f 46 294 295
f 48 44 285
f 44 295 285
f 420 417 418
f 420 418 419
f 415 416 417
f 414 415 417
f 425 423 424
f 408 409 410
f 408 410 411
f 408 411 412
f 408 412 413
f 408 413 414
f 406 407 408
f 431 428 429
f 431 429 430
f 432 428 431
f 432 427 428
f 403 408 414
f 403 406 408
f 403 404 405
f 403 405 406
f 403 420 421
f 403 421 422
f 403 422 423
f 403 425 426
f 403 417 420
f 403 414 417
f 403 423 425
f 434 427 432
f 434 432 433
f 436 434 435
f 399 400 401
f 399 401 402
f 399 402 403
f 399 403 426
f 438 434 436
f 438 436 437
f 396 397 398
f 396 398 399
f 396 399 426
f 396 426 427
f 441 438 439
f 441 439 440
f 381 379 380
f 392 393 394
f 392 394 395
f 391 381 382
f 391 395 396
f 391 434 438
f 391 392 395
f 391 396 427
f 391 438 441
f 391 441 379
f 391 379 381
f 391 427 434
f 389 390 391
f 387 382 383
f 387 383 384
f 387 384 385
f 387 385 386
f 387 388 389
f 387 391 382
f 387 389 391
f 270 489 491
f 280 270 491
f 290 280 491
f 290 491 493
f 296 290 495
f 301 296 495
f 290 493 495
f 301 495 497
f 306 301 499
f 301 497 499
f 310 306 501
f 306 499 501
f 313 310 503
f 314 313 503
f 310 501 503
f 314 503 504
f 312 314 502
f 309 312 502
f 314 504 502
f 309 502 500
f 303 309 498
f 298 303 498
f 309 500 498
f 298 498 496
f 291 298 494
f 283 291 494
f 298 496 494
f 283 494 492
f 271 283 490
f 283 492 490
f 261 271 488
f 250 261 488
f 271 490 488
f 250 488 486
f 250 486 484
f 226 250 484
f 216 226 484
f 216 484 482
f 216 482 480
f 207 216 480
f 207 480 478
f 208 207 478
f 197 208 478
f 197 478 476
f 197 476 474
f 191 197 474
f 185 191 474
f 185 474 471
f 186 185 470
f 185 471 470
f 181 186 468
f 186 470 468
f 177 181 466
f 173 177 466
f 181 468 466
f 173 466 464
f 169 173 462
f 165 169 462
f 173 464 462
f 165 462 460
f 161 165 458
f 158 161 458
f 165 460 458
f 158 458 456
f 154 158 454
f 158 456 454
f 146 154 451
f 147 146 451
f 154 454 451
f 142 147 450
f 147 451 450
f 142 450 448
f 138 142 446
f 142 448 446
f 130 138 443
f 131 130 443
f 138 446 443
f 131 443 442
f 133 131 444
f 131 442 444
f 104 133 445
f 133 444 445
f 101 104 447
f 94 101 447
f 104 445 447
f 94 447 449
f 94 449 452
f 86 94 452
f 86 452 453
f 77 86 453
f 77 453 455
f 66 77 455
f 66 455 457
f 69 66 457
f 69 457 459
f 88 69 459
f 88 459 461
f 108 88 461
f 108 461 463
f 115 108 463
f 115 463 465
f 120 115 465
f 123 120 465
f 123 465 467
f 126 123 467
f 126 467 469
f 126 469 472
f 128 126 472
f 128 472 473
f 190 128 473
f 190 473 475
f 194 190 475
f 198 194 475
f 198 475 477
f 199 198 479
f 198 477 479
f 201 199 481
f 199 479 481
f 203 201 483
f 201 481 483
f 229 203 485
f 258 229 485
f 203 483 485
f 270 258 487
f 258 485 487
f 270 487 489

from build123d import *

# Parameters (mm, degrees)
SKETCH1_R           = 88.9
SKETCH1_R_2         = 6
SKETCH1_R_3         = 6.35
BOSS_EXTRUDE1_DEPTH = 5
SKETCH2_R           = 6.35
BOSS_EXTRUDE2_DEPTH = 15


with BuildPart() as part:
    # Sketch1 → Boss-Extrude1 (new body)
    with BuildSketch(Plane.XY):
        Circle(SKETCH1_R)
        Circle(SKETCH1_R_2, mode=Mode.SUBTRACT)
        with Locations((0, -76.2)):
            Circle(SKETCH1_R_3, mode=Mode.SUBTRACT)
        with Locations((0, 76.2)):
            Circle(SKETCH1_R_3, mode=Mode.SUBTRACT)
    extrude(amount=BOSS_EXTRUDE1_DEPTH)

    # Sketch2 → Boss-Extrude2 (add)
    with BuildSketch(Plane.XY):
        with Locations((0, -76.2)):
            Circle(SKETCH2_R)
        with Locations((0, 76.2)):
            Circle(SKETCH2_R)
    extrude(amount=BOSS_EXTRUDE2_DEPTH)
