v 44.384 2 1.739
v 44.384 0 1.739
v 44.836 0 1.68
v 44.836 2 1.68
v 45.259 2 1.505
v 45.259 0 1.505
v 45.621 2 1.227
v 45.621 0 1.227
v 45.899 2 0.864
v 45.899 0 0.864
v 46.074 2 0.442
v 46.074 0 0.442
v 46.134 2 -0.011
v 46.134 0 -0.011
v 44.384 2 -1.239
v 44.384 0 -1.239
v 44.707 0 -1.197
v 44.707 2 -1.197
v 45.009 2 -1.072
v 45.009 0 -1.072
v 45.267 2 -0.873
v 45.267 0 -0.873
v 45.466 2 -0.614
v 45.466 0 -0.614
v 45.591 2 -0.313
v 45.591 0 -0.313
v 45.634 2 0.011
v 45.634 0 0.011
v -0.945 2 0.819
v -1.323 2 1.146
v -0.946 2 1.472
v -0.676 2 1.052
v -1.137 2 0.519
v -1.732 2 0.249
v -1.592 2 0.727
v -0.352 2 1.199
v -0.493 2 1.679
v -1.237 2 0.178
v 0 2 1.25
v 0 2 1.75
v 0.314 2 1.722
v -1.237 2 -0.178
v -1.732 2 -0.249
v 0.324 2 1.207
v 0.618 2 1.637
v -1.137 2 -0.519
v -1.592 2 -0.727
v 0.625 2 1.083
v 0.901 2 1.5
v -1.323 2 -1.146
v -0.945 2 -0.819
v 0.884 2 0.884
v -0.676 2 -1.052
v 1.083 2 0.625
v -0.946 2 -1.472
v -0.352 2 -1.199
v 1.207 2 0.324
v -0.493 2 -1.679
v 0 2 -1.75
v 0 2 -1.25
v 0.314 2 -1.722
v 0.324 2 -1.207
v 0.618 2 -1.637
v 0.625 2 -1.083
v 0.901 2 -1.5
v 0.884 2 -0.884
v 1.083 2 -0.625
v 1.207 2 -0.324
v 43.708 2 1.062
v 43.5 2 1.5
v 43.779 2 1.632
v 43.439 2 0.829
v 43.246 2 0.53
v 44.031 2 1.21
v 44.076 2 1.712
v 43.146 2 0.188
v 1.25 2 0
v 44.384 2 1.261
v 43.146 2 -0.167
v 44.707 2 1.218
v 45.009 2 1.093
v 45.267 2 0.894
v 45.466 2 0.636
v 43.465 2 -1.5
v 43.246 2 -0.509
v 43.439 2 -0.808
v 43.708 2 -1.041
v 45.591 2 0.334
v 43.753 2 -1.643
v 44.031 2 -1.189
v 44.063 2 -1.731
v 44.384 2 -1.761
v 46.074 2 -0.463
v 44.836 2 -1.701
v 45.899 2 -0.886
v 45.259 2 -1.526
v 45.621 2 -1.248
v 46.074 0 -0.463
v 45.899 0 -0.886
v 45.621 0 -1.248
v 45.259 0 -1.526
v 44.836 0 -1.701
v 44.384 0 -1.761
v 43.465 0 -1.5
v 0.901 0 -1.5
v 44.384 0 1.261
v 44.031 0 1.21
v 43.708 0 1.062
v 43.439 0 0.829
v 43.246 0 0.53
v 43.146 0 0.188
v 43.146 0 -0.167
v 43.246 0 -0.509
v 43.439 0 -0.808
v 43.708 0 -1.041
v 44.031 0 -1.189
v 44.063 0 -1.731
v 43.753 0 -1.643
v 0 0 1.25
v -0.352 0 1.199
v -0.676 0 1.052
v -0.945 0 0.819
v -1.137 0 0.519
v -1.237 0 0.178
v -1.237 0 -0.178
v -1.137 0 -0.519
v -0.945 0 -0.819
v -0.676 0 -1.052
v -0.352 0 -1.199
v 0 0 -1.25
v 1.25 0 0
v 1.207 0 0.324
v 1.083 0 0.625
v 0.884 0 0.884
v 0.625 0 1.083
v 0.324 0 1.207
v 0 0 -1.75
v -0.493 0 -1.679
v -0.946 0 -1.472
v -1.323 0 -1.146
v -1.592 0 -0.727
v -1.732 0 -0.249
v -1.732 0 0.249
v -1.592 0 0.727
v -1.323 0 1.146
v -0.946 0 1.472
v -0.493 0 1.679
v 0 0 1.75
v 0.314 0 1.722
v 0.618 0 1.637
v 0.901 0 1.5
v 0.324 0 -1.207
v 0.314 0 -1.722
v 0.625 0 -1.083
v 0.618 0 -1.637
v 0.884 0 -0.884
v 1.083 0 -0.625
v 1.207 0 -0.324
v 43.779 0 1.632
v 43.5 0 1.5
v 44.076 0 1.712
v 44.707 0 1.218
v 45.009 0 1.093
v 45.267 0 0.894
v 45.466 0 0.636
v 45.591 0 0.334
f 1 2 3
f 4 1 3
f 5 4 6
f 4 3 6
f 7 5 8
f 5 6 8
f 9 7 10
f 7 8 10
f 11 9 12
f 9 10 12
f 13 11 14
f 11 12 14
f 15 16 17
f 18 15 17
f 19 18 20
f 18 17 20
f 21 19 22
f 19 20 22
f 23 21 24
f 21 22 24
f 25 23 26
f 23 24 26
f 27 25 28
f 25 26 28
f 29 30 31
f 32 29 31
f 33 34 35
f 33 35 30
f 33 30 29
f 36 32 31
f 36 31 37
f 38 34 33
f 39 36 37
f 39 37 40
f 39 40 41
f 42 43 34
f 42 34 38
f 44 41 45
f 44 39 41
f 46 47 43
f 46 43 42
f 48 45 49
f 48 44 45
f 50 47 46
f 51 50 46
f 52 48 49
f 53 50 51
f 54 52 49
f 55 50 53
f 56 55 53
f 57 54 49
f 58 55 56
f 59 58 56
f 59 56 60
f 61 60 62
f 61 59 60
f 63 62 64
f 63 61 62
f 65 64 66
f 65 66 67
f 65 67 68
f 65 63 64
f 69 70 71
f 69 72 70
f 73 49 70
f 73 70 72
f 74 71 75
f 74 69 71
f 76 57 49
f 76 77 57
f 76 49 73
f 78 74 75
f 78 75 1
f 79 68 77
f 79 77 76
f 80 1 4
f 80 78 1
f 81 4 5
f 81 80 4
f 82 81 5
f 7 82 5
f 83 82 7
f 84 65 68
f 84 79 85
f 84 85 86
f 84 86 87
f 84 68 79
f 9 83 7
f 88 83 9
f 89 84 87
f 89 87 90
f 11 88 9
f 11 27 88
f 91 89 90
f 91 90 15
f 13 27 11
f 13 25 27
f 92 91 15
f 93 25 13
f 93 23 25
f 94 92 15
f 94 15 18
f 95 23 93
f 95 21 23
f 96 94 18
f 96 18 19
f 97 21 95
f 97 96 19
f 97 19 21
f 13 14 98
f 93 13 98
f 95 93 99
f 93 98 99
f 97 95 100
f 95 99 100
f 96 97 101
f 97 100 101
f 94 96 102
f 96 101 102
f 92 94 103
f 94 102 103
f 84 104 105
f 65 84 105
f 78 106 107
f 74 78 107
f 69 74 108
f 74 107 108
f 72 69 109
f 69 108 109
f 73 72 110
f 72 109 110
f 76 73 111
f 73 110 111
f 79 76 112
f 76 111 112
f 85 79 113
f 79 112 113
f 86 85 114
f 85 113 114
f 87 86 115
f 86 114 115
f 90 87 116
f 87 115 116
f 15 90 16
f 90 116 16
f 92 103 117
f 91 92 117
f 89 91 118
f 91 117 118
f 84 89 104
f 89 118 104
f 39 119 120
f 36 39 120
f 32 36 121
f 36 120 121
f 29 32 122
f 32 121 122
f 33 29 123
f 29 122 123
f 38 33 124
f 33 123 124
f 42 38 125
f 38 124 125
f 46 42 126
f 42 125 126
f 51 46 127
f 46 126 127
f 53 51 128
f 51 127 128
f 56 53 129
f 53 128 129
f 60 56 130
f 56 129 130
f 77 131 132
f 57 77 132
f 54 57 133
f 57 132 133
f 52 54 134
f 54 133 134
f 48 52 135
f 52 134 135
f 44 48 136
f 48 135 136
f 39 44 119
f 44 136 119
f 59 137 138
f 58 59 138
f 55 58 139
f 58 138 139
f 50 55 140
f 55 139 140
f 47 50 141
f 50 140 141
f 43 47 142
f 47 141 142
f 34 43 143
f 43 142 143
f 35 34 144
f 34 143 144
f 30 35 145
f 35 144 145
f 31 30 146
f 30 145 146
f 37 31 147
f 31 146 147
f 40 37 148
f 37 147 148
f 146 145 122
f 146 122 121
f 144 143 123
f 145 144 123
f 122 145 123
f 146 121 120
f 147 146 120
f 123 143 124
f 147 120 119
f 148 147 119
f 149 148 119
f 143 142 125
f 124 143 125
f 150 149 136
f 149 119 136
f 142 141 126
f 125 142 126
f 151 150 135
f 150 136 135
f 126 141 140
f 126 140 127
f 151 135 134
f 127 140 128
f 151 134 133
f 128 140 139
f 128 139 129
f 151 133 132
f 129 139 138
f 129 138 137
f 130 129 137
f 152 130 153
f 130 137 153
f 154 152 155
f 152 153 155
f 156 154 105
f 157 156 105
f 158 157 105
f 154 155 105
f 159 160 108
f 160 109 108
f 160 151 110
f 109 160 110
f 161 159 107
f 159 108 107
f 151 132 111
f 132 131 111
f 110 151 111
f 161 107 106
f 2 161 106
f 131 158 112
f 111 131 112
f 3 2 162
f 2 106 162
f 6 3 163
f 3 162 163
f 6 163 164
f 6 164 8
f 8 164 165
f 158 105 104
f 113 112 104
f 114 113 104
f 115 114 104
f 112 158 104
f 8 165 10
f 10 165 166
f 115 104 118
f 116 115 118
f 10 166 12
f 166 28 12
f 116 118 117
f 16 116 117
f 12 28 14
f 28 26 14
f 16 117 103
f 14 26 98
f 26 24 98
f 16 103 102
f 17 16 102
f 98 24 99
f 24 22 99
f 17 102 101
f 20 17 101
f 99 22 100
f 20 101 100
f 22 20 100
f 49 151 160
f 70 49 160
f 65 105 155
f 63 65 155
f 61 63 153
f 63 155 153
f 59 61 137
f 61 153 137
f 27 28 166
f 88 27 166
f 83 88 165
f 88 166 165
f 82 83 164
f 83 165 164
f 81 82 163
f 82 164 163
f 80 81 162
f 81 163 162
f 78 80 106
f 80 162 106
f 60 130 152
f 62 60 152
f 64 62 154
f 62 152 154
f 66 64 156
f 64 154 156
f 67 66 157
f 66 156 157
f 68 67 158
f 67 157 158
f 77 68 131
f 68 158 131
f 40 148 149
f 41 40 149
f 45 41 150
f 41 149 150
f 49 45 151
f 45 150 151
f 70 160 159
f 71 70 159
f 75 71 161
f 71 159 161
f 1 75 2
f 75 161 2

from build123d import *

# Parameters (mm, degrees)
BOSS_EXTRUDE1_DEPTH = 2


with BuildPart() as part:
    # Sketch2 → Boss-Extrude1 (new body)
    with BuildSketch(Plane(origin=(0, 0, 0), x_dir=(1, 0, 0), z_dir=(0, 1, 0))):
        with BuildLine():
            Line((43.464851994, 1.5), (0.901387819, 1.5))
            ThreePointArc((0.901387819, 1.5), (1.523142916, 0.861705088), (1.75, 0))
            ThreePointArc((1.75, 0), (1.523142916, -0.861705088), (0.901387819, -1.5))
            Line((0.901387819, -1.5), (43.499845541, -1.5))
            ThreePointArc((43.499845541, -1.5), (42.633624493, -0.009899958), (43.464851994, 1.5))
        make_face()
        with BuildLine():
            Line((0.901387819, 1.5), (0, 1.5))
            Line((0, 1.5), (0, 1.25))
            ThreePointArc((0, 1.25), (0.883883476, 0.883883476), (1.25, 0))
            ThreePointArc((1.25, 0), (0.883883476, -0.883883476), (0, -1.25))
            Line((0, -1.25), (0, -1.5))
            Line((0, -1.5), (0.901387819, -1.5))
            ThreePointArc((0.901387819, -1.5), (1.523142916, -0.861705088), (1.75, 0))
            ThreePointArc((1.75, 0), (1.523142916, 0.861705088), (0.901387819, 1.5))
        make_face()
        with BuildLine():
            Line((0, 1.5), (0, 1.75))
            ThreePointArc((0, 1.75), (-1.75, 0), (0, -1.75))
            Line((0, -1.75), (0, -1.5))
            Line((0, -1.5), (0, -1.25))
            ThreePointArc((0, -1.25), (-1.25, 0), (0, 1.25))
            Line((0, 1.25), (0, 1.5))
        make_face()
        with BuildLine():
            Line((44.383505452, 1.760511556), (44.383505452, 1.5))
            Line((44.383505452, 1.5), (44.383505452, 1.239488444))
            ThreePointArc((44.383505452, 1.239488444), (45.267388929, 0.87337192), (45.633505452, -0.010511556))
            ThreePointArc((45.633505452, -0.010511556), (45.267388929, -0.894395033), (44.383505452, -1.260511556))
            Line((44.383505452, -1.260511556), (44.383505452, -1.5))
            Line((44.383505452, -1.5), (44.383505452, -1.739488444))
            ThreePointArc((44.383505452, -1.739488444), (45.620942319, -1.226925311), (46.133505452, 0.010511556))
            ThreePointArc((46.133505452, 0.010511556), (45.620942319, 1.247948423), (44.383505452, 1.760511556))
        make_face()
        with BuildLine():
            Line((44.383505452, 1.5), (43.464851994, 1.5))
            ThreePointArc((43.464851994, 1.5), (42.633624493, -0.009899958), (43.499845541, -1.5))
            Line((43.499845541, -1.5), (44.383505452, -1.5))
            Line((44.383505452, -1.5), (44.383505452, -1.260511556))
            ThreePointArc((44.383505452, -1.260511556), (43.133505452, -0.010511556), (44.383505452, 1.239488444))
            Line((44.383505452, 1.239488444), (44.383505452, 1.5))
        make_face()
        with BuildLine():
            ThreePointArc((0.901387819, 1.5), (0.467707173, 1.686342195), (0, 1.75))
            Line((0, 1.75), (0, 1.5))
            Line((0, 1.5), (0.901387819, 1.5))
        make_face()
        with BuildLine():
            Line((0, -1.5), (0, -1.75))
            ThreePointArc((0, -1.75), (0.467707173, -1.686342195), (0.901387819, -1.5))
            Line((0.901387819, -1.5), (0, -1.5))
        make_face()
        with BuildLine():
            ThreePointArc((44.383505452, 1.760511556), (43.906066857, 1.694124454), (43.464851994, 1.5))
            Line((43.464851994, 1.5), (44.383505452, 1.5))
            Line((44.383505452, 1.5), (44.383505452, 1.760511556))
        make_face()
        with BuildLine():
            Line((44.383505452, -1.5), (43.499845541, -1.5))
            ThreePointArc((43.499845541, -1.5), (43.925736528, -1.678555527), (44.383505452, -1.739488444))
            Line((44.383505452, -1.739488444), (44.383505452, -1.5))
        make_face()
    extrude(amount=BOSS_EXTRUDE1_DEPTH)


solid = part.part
==
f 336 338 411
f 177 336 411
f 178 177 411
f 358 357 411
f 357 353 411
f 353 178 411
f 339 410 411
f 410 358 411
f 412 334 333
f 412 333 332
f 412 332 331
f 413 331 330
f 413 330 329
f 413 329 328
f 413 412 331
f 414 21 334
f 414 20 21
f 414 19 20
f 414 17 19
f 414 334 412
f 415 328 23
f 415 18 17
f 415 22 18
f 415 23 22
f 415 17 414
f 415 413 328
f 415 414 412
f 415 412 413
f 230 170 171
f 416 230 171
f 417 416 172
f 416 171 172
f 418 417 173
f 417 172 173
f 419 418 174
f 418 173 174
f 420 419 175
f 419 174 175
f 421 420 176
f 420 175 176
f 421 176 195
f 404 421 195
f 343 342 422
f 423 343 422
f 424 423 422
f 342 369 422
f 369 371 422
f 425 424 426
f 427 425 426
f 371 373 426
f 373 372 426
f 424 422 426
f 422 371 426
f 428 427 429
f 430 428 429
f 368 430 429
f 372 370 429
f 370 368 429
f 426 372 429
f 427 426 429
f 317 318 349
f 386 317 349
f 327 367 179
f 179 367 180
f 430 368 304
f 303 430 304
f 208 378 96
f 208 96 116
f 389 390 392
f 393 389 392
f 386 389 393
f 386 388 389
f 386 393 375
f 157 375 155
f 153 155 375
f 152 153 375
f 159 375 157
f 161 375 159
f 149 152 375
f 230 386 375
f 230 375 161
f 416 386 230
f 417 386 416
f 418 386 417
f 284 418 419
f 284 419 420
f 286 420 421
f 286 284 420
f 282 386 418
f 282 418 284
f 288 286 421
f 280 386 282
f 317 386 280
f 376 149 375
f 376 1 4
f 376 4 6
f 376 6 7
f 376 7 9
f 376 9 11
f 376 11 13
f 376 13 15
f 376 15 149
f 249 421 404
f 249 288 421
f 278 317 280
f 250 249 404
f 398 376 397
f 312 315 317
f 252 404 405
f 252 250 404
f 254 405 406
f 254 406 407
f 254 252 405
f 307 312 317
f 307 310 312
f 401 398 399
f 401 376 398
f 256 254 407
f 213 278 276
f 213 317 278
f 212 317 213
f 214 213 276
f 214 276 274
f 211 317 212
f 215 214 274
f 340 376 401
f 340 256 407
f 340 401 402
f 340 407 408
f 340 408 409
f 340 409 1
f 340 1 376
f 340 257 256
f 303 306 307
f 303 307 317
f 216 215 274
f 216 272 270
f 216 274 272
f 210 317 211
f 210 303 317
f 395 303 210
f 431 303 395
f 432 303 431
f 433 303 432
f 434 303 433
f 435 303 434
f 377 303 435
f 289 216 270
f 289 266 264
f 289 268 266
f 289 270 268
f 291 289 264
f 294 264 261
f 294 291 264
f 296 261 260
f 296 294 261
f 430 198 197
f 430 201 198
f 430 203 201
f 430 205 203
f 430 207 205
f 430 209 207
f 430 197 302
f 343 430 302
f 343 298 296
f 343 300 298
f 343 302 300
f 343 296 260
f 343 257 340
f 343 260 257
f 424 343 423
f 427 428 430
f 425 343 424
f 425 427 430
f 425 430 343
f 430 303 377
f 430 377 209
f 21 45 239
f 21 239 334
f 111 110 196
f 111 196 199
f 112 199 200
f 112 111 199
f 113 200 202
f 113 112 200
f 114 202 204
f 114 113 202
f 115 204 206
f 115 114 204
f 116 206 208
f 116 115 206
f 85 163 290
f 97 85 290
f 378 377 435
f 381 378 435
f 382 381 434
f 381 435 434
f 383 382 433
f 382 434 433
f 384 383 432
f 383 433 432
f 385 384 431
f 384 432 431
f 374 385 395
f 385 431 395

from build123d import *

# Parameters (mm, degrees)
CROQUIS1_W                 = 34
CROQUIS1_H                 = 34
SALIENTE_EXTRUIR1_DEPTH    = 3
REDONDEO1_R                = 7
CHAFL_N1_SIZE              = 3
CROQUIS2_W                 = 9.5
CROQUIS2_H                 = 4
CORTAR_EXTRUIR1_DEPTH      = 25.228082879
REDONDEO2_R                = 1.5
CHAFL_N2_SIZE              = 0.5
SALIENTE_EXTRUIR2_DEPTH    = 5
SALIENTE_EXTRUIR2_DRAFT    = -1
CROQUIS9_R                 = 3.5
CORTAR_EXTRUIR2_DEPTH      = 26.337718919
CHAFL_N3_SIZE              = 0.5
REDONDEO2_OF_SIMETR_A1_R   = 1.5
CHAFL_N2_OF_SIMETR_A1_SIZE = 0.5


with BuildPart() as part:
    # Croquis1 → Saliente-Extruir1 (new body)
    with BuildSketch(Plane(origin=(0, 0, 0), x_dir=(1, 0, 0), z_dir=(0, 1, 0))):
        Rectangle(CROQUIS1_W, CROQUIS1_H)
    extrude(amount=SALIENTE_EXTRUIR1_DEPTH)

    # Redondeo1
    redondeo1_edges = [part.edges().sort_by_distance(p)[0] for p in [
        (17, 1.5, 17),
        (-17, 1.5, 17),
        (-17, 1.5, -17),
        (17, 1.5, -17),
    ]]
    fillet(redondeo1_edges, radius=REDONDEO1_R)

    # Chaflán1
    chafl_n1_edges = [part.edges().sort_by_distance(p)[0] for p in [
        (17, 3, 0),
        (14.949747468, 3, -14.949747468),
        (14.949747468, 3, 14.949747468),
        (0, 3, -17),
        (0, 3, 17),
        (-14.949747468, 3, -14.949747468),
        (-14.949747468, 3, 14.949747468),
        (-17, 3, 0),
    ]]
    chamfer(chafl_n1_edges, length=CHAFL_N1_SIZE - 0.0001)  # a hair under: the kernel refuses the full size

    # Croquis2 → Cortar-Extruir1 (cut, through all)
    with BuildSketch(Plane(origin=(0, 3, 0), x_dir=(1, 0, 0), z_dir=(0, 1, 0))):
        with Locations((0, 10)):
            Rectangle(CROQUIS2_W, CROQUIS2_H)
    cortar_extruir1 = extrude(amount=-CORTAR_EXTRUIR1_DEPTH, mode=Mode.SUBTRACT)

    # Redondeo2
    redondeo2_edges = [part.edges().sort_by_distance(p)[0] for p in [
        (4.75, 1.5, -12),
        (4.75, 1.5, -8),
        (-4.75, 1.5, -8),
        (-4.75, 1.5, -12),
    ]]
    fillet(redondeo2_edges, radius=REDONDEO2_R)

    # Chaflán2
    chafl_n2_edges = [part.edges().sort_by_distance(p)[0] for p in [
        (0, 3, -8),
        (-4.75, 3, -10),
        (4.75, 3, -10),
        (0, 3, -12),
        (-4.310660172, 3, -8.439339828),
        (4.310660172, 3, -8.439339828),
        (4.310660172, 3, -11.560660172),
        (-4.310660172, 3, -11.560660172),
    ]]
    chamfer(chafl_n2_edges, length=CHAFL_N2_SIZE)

WHAT THE TASK ASKS - Please output the lines of the listing above that fall in the stretch from the one with "v 46.134 0 -0.011" through the one with "v 0.314 2 -1.722", exactly and only those.

OUTPUT BELOW -
v 46.134 0 -0.011
v 44.384 2 -1.239
v 44.384 0 -1.239
v 44.707 0 -1.197
v 44.707 2 -1.197
v 45.009 2 -1.072
v 45.009 0 -1.072
v 45.267 2 -0.873
v 45.267 0 -0.873
v 45.466 2 -0.614
v 45.466 0 -0.614
v 45.591 2 -0.313
v 45.591 0 -0.313
v 45.634 2 0.011
v 45.634 0 0.011
v -0.945 2 0.819
v -1.323 2 1.146
v -0.946 2 1.472
v -0.676 2 1.052
v -1.137 2 0.519
v -1.732 2 0.249
v -1.592 2 0.727
v -0.352 2 1.199
v -0.493 2 1.679
v -1.237 2 0.178
v 0 2 1.25
v 0 2 1.75
v 0.314 2 1.722
v -1.237 2 -0.178
v -1.732 2 -0.249
v 0.324 2 1.207
v 0.618 2 1.637
v -1.137 2 -0.519
v -1.592 2 -0.727
v 0.625 2 1.083
v 0.901 2 1.5
v -1.323 2 -1.146
v -0.945 2 -0.819
v 0.884 2 0.884
v -0.676 2 -1.052
v 1.083 2 0.625
v -0.946 2 -1.472
v -0.352 2 -1.199
v 1.207 2 0.324
v -0.493 2 -1.679
v 0 2 -1.75
v 0 2 -1.25
v 0.314 2 -1.722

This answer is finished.